- _Directions_:
For this exercise, reproduce the entries below exactly, but only from the line containing "v19 (66.356134,5836.579381,158.75)" through the line containing "v22 (-61.95187,5836.579381,12.7)", both included.

- _Data supplied_:

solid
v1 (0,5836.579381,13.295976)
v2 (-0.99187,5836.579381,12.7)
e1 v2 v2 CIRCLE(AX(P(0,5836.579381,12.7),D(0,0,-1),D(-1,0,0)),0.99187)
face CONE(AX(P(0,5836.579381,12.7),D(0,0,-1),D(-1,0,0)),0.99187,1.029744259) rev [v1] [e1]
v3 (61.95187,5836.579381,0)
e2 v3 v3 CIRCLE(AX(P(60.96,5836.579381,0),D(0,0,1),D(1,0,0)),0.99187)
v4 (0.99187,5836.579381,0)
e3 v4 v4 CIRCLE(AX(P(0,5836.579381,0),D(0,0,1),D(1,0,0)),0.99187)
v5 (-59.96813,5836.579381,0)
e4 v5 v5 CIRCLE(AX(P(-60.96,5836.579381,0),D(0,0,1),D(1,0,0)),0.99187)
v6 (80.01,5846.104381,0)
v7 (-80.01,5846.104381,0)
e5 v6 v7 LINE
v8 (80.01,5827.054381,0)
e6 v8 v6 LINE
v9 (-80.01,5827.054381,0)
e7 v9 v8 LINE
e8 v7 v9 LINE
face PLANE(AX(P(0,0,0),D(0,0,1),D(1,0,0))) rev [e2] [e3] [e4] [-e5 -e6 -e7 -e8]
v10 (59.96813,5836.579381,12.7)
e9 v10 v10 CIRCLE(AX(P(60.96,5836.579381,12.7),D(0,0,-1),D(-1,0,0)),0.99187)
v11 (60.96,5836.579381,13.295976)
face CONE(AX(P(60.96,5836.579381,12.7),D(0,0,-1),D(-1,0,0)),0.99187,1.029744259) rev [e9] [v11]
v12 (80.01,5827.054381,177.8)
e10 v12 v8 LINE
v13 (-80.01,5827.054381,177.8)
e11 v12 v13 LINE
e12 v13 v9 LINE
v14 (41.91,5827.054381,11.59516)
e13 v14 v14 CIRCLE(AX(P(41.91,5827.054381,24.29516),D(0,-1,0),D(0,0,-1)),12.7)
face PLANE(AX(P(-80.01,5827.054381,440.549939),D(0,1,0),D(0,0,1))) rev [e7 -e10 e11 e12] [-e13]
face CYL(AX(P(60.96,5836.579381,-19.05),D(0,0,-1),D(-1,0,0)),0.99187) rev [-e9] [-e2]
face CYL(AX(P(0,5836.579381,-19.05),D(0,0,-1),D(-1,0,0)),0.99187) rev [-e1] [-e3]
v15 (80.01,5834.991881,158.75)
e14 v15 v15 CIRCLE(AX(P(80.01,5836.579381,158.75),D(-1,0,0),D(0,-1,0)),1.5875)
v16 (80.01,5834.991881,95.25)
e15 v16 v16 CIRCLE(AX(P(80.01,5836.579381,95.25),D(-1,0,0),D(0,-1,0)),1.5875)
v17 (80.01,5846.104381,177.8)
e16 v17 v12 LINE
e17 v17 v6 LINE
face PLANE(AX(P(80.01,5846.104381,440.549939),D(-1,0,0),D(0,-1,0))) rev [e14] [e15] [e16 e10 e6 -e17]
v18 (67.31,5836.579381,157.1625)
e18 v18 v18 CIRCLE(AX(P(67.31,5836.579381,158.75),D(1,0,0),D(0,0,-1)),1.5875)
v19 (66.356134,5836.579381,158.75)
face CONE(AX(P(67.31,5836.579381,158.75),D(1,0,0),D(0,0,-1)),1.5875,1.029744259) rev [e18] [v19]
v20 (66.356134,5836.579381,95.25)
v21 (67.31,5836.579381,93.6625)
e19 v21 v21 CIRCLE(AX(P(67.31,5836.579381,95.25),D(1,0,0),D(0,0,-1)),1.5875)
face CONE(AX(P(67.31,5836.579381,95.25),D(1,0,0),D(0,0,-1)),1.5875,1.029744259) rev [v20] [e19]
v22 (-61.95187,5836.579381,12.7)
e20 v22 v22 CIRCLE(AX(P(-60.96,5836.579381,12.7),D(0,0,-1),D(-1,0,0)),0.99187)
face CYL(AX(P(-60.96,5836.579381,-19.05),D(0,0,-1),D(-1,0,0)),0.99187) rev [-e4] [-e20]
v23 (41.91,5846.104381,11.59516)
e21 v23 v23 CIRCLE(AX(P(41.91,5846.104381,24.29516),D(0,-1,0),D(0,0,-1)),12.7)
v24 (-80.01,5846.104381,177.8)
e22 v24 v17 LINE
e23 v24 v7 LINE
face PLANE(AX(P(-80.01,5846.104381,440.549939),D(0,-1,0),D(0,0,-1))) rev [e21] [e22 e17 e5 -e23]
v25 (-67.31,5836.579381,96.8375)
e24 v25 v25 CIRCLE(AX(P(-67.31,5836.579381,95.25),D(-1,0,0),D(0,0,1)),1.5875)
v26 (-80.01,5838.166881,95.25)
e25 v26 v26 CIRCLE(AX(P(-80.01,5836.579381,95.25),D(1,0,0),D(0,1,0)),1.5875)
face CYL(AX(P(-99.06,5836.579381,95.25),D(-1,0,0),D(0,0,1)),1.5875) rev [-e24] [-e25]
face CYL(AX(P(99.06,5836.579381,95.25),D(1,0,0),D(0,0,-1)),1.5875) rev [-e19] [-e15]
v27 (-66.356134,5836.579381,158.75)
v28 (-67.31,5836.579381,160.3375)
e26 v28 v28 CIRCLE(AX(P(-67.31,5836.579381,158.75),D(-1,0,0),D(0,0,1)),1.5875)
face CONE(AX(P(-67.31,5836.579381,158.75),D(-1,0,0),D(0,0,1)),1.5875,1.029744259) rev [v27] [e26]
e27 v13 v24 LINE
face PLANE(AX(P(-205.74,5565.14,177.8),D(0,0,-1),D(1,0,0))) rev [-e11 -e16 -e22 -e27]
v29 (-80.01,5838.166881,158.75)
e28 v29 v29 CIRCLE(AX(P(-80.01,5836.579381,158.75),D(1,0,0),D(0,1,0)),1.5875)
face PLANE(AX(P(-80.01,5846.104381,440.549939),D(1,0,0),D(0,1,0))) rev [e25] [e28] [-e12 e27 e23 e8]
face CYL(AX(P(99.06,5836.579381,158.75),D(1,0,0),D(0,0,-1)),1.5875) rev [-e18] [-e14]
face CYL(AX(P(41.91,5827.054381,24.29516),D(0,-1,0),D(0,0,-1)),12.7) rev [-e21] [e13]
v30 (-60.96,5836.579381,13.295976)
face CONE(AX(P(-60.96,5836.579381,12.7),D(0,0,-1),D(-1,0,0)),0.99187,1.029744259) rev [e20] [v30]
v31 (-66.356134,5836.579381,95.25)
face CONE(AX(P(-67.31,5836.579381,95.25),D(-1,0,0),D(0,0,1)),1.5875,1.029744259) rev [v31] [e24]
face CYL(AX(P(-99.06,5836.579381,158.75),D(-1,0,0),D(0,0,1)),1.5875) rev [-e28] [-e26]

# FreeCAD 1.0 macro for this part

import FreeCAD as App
import Part
import Sketcher

V = App.Vector
Q = App.Units.Quantity


def add_polygon(sketch, points):
    """Adds a closed chain of lines whose ends are joined by coincident constraints."""
    first, n = sketch.GeometryCount, len(points)
    for a, b in zip(points, points[1:] + points[:1]):
        sketch.addGeometry(Part.LineSegment(App.Vector(*a, 0), App.Vector(*b, 0)), False)
    for i in range(n):
        sketch.addConstraint(Sketcher.Constraint("Coincident", first + i, 2, first + (i + 1) % n, 1))

doc = App.newDocument("Part")
body = doc.addObject("PartDesign::Body", "Body")

sketch1 = body.newObject("Sketcher::SketchObject", "Sketch")
sketch1.AttachmentSupport = (doc.getObject("XY_Plane"), [""])
sketch1.MapMode = "FlatFace"
add_polygon(sketch1, [(-80, 5846), (-80, 5827), (80, 5827), (80, 5846)])
sketch1.addConstraint([
    Sketcher.Constraint("Vertical", 0),
    Sketcher.Constraint("Horizontal", 1),
    Sketcher.Constraint("Vertical", 2),
    Sketcher.Constraint("Horizontal", 3),
    Sketcher.Constraint("DistanceX", 1, 1, 1, 2, Q("6.3 in")),
    Sketcher.Constraint("DistanceY", 0, 2, 0, 1, Q("0.75 in")),
    Sketcher.Constraint("DistanceX", 0, 2, -1, 1, Q("3.15 in")),
    Sketcher.Constraint("DistanceY", -1, 1, 0, 2, 5827.054381),
])
pad1 = body.newObject("PartDesign::Pad", "Pad")
pad1.Profile = sketch1
pad1.Length = Q("7 in")

sketch2 = body.newObject("Sketcher::SketchObject", "Sketch001")
sketch2.AttachmentSupport = (doc.getObject("XY_Plane"), [""])
sketch2.MapMode = "FlatFace"
sketch2.AttachmentOffset = App.Placement(V(0, 0, -0.75 * 25.4), App.Rotation())
sketch2.addGeometry([
    Part.Circle(V(-0.2, 5756.3, 0), V(0, 0, 1), 1),
    Part.Circle(V(0, 5926.5, 0), V(0, 0, 1), 1),
    Part.Circle(V(203.2, 5926.5, 0), V(0, 0, 1), 1),
    Part.Circle(V(406.4, 5926.5, 0), V(0, 0, 1), 1),
    Part.Circle(V(406.6, 5756.3, 0), V(0, 0, 1), 1),
    Part.Circle(V(203.4, 5756.3, 0), V(0, 0, 1), 1),
    Part.Circle(V(359.6, 5737.2, 0), V(0, 0, 1), 1),
    Part.Circle(V(428.6, 5737.2, 0), V(0, 0, 1), 1),
    Part.Circle(V(421.3, 5578.5, 0), V(0, 0, 1), 1),
    Part.Circle(V(319.7, 5578.5, 0), V(0, 0, 1), 1),
    Part.Circle(V(116.5, 5578.5, 0), V(0, 0, 1), 1),
    Part.Circle(V(424.1, 5559.4, 0), V(0, 0, 1), 1),
    Part.Circle(V(358.1, 5559.4, 0), V(0, 0, 1), 1),
    Part.Circle(V(418.2, 5400.7, 0), V(0, 0, 1), 1),
    Part.Circle(V(316.6, 5400.7, 0), V(0, 0, 1), 1),
    Part.Circle(V(113.4, 5400.7, 0), V(0, 0, 1), 1),
    Part.Circle(V(419.5, 5381.6, 0), V(0, 0, 1), 1),
    Part.Circle(V(356.6, 5381.6, 0), V(0, 0, 1), 1),
    Part.Circle(V(415.2, 5222.9, 0), V(0, 0, 1), 1),
    Part.Circle(V(313.6, 5222.9, 0), V(0, 0, 1), 1),
    Part.Circle(V(110.4, 5222.9, 0), V(0, 0, 1), 1),
    Part.Circle(V(415, 5203.8, 0), V(0, 0, 1), 1),
    Part.Circle(V(355.1, 5203.8, 0), V(0, 0, 1), 1),
    Part.Circle(V(-355.1, 5203.8, 0), V(0, 0, 1), 1),
    Part.Circle(V(-415, 5203.8, 0), V(0, 0, 1), 1),
    Part.Circle(V(-110.4, 5222.9, 0), V(0, 0, 1), 1),
    Part.Circle(V(-313.6, 5222.9, 0), V(0, 0, 1), 1),
    Part.Circle(V(-415.2, 5222.9, 0), V(0, 0, 1), 1),
    Part.Circle(V(-356.6, 5381.6, 0), V(0, 0, 1), 1),
    Part.Circle(V(-419.5, 5381.6, 0), V(0, 0, 1), 1),
    Part.Circle(V(-113.4, 5400.7, 0), V(0, 0, 1), 1),
    Part.Circle(V(-316.6, 5400.7, 0), V(0, 0, 1), 1),
    Part.Circle(V(-418.2, 5400.7, 0), V(0, 0, 1), 1),
    Part.Circle(V(-358.1, 5559.4, 0), V(0, 0, 1), 1),
    Part.Circle(V(-424.1, 5559.4, 0), V(0, 0, 1), 1),
    Part.Circle(V(-116.5, 5578.5, 0), V(0, 0, 1), 1),
    Part.Circle(V(-319.7, 5578.5, 0), V(0, 0, 1), 1),
    Part.Circle(V(-421.3, 5578.5, 0), V(0, 0, 1), 1),
    Part.Circle(V(-428.6, 5737.2, 0), V(0, 0, 1), 1),
    Part.Circle(V(-359.6, 5737.2, 0), V(0, 0, 1), 1),
    Part.Circle(V(-203.4, 5756.3, 0), V(0, 0, 1), 1),
    Part.Circle(V(-406.6, 5756.3, 0), V(0, 0, 1), 1),
    Part.Circle(V(-406.4, 5926.5, 0), V(0, 0, 1), 1),
    Part.Circle(V(-203.2, 5926.5, 0), V(0, 0, 1), 1),
    Part.Circle(V(0.2, 5756.3, 0), V(0, 0, 1), 1),
    Part.Circle(V(0, 5836.6, 0), V(0, 0, 1), 1),
    Part.Circle(V(61, 5836.6, 0), V(0, 0, 1), 1),
    Part.Circle(V(-61, 5836.6, 0), V(0, 0, 1), 1),
], False)
sketch2.addConstraint([
    Sketcher.Constraint("Equal", 0, 1),
    Sketcher.Constraint("Equal", 1, 2),
    Sketcher.Constraint("Equal", 2, 3),
    Sketcher.Constraint("Equal", 3, 4),
    Sketcher.Constraint("Equal", 4, 5),
    Sketcher.Constraint("Equal", 5, 6),
    Sketcher.Constraint("Equal", 6, 7),
    Sketcher.Constraint("Equal", 7, 8),
    Sketcher.Constraint("Equal", 8, 9),
    Sketcher.Constraint("Equal", 9, 10),
    Sketcher.Constraint("Equal", 10, 11),
    Sketcher.Constraint("Equal", 11, 12),
    Sketcher.Constraint("Equal", 12, 13),
    Sketcher.Constraint("Equal", 13, 14),
    Sketcher.Constraint("Equal", 14, 15),
    Sketcher.Constraint("Equal", 15, 16),
    Sketcher.Constraint("Equal", 16, 17),
    Sketcher.Constraint("Equal", 17, 18),
    Sketcher.Constraint("Equal", 18, 19),
    Sketcher.Constraint("Equal", 19, 20),
    Sketcher.Constraint("Equal", 20, 21),
    Sketcher.Constraint("Equal", 21, 22),
    Sketcher.Constraint("Equal", 22, 23),
    Sketcher.Constraint("Equal", 23, 24),
    Sketcher.Constraint("Equal", 24, 25),
    Sketcher.Constraint("Equal", 25, 26),
    Sketcher.Constraint("Equal", 26, 27),
    Sketcher.Constraint("Equal", 27, 28),
    Sketcher.Constraint("Equal", 28, 29),
    Sketcher.Constraint("Equal", 29, 30),
    Sketcher.Constraint("Equal", 30, 31),
    Sketcher.Constraint("Equal", 31, 32),
    Sketcher.Constraint("Equal", 32, 33),
    Sketcher.Constraint("Equal", 33, 34),
    Sketcher.Constraint("Equal", 34, 35),
    Sketcher.Constraint("Equal", 35, 36),
    Sketcher.Constraint("Equal", 36, 37),
    Sketcher.Constraint("Equal", 37, 38),
    Sketcher.Constraint("Equal", 38, 39),
    Sketcher.Constraint("Equal", 39, 40),
    Sketcher.Constraint("Equal", 40, 41),
    Sketcher.Constraint("Equal", 41, 42),
    Sketcher.Constraint("Equal", 42, 43),
    Sketcher.Constraint("Equal", 43, 44),
    Sketcher.Constraint("Equal", 44, 45),
    Sketcher.Constraint("Equal", 45, 46),
    Sketcher.Constraint("Equal", 46, 47),
    Sketcher.Constraint("Symmetric", 22, 3, 23, 3, -2),
    Sketcher.Constraint("Symmetric", 21, 3, 24, 3, -2),
    Sketcher.Constraint("Symmetric", 20, 3, 25, 3, -2),
    Sketcher.Constraint("Symmetric", 19, 3, 26, 3, -2),
    Sketcher.Constraint("Symmetric", 18, 3, 27, 3, -2),
    Sketcher.Constraint("Symmetric", 17, 3, 28, 3, -2),
    Sketcher.Constraint("Symmetric", 16, 3, 29, 3, -2),
    Sketcher.Constraint("Symmetric", 15, 3, 30, 3, -2),
    Sketcher.Constraint("Symmetric", 14, 3, 31, 3, -2),
    Sketcher.Constraint("Symmetric", 13, 3, 32, 3, -2),
    Sketcher.Constraint("Symmetric", 12, 3, 33, 3, -2),
    Sketcher.Constraint("Symmetric", 11, 3, 34, 3, -2),
    Sketcher.Constraint("Symmetric", 10, 3, 35, 3, -2),
    Sketcher.Constraint("Symmetric", 9, 3, 36, 3, -2),
    Sketcher.Constraint("Symmetric", 8, 3, 37, 3, -2),
    Sketcher.Constraint("Symmetric", 7, 3, 38, 3, -2),
    Sketcher.Constraint("Symmetric", 6, 3, 39, 3, -2),
    Sketcher.Constraint("Symmetric", 5, 3, 40, 3, -2),
    Sketcher.Constraint("Symmetric", 4, 3, 41, 3, -2),
    Sketcher.Constraint("Symmetric", 3, 3, 42, 3, -2),
    Sketcher.Constraint("Symmetric", 2, 3, 43, 3, -2),
    Sketcher.Constraint("Symmetric", 0, 3, 44, 3, -2),
    Sketcher.Constraint("Symmetric", 46, 3, 47, 3, -2),
    Sketcher.Constraint("PointOnObject", 1, 3, -2),
    Sketcher.Constraint("PointOnObject", 45, 3, -2),
    Sketcher.Constraint("Horizontal", 1, 3, 2, 3),
    Sketcher.Constraint("Horizontal", 2, 3, 3, 3),
    Sketcher.Constraint("Horizontal", 0, 3, 4, 3),
    Sketcher.Constraint("Horizontal", 4, 3, 5, 3),
    Sketcher.Constraint("Horizontal", 6, 3, 7, 3),
    Sketcher.Constraint("Horizontal", 8, 3, 9, 3),
    Sketcher.Constraint("Horizontal", 9, 3, 10, 3),
    Sketcher.Constraint("Horizontal", 11, 3, 12, 3),
    Sketcher.Constraint("Horizontal", 13, 3, 14, 3),
    Sketcher.Constraint("Horizontal", 14, 3, 15, 3),
    Sketcher.Constraint("Horizontal", 16, 3, 17, 3),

- _Result of this exercise_:
v19 (66.356134,5836.579381,158.75)
face CONE(AX(P(67.31,5836.579381,158.75),D(1,0,0),D(0,0,-1)),1.5875,1.029744259) rev [e18] [v19]
v20 (66.356134,5836.579381,95.25)
v21 (67.31,5836.579381,93.6625)
e19 v21 v21 CIRCLE(AX(P(67.31,5836.579381,95.25),D(1,0,0),D(0,0,-1)),1.5875)
face CONE(AX(P(67.31,5836.579381,95.25),D(1,0,0),D(0,0,-1)),1.5875,1.029744259) rev [v20] [e19]
v22 (-61.95187,5836.579381,12.7)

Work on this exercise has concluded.